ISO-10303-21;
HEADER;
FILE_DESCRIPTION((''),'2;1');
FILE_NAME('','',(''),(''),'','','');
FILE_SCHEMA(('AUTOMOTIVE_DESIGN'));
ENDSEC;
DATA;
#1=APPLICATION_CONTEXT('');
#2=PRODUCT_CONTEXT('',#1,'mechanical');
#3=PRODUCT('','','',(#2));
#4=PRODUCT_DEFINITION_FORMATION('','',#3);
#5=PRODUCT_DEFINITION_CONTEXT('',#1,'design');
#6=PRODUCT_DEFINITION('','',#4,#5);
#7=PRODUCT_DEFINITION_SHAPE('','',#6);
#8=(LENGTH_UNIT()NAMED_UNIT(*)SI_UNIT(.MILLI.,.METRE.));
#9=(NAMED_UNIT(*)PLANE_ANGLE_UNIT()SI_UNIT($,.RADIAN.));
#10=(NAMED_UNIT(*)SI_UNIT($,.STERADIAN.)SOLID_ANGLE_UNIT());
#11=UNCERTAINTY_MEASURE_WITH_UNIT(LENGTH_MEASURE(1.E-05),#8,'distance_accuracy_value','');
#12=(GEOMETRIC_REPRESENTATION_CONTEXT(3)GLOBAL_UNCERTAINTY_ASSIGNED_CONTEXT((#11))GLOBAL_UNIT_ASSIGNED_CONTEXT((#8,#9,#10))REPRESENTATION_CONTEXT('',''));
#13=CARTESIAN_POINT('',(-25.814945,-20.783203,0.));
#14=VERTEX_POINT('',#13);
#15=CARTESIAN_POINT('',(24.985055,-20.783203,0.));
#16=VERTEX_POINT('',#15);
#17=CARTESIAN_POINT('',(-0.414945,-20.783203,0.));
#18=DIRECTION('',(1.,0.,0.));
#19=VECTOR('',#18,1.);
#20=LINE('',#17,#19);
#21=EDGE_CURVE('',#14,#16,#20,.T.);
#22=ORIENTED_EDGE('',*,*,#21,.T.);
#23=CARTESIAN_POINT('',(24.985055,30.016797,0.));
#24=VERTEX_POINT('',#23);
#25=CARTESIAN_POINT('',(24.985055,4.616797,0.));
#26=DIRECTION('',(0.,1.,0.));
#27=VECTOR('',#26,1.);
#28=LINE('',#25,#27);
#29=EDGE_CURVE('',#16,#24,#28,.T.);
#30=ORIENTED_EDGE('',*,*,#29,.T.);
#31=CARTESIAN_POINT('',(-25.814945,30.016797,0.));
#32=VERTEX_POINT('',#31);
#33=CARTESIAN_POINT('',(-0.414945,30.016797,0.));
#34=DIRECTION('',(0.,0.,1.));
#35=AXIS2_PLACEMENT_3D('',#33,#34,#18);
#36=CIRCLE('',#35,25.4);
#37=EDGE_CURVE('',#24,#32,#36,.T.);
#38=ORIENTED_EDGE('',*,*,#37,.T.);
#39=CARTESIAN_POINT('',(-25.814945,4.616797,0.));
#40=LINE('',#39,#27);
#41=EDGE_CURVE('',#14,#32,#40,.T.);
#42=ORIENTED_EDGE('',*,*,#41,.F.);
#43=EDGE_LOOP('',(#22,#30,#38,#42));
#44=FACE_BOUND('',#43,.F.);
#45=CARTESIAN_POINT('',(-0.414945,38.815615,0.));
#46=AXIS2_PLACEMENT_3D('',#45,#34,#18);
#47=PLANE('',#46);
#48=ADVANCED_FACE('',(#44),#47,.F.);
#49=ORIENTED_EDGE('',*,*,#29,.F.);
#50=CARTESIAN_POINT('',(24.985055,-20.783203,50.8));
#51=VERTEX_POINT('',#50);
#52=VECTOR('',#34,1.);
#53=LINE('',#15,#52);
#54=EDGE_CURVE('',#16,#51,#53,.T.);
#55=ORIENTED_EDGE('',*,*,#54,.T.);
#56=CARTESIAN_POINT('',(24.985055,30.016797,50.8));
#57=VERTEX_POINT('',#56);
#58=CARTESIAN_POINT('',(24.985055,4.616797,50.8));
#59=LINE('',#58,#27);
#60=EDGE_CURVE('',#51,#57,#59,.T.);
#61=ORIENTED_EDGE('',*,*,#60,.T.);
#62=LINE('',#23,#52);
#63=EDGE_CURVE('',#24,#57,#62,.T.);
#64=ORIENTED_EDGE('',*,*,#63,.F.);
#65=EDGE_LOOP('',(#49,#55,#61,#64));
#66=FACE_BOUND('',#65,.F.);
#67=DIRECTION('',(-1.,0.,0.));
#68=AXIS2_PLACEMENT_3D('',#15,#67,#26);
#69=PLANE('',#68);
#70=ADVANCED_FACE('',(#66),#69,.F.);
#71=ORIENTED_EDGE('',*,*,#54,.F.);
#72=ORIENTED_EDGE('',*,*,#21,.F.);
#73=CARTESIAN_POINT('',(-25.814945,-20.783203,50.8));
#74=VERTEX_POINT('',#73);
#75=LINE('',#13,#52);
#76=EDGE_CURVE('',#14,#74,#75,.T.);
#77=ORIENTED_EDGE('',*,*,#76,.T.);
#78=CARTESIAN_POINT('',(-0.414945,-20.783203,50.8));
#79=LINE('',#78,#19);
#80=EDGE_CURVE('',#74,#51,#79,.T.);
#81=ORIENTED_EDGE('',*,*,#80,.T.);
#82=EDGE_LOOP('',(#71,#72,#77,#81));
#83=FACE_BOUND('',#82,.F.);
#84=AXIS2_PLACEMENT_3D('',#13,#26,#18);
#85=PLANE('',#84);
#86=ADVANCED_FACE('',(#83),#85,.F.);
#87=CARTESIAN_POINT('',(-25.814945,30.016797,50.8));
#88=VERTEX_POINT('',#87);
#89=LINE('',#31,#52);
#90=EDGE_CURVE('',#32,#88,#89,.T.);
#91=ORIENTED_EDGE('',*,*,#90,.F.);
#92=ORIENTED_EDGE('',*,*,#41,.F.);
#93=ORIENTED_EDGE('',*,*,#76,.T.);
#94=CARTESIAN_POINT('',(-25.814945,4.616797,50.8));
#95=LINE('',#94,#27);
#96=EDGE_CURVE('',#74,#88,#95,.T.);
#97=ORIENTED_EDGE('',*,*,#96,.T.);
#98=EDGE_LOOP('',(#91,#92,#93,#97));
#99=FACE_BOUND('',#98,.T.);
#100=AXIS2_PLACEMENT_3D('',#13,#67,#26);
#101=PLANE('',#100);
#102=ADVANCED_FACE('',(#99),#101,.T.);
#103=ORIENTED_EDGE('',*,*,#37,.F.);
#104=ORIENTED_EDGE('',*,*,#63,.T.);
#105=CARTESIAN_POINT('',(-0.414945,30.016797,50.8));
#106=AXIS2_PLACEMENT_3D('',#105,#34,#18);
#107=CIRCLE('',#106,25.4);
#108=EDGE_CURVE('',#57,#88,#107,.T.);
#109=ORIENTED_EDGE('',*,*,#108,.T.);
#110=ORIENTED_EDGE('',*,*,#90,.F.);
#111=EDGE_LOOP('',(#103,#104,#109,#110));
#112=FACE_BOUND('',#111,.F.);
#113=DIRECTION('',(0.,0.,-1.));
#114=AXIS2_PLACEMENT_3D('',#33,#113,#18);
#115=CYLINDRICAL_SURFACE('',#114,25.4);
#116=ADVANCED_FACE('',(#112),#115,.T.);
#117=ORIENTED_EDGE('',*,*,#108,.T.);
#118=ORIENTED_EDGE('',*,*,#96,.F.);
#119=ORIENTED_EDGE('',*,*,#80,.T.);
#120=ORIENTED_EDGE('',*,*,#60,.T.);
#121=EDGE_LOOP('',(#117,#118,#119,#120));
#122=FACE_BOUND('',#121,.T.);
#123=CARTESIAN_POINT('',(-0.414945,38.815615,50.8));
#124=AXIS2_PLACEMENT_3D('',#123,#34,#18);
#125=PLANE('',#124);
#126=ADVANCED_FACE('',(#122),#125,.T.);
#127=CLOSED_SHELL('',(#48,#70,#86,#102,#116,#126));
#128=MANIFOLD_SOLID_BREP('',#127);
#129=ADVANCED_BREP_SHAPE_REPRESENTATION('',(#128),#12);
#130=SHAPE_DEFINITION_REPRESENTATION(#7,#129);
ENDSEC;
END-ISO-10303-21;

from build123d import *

# Parameters (mm, degrees)
F0_W     = 50.8
F0_H     = 50.8
F1_DEPTH = 50.8
F2_DEPTH = 50.8


with BuildPart() as f1:
    # F0 (on Top) → F1 (new body)
    with BuildSketch(Plane.XY):
        with Locations((-0.414945, 4.616797)):
            Rectangle(F0_W, F0_H)
    extrude(amount=F1_DEPTH)

    # F0 (on Top) → F2 (join)
    with BuildSketch(Plane.XY):
        with BuildLine():
            ThreePointArc((24.985055, 30.016797), (-0.414945, 55.416797), (-25.814945, 30.016797))
            Line((-25.814945, 30.016797), (24.985055, 30.016797))
        make_face()
    extrude(amount=F2_DEPTH)


solid = f1.part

INSTRUCTIONS TO FOLLOW: The output should be exactly the lines above from the line containing "#109=ORIENTED_EDGE('',*,*,#108,.T.);" to the line containing "#115=CYLINDRICAL_SURFACE('',#114,25.4);", inclusive, with no other lines.

SOLVED EXERCISE:
#109=ORIENTED_EDGE('',*,*,#108,.T.);
#110=ORIENTED_EDGE('',*,*,#90,.F.);
#111=EDGE_LOOP('',(#103,#104,#109,#110));
#112=FACE_BOUND('',#111,.F.);
#113=DIRECTION('',(0.,0.,-1.));
#114=AXIS2_PLACEMENT_3D('',#33,#113,#18);
#115=CYLINDRICAL_SURFACE('',#114,25.4);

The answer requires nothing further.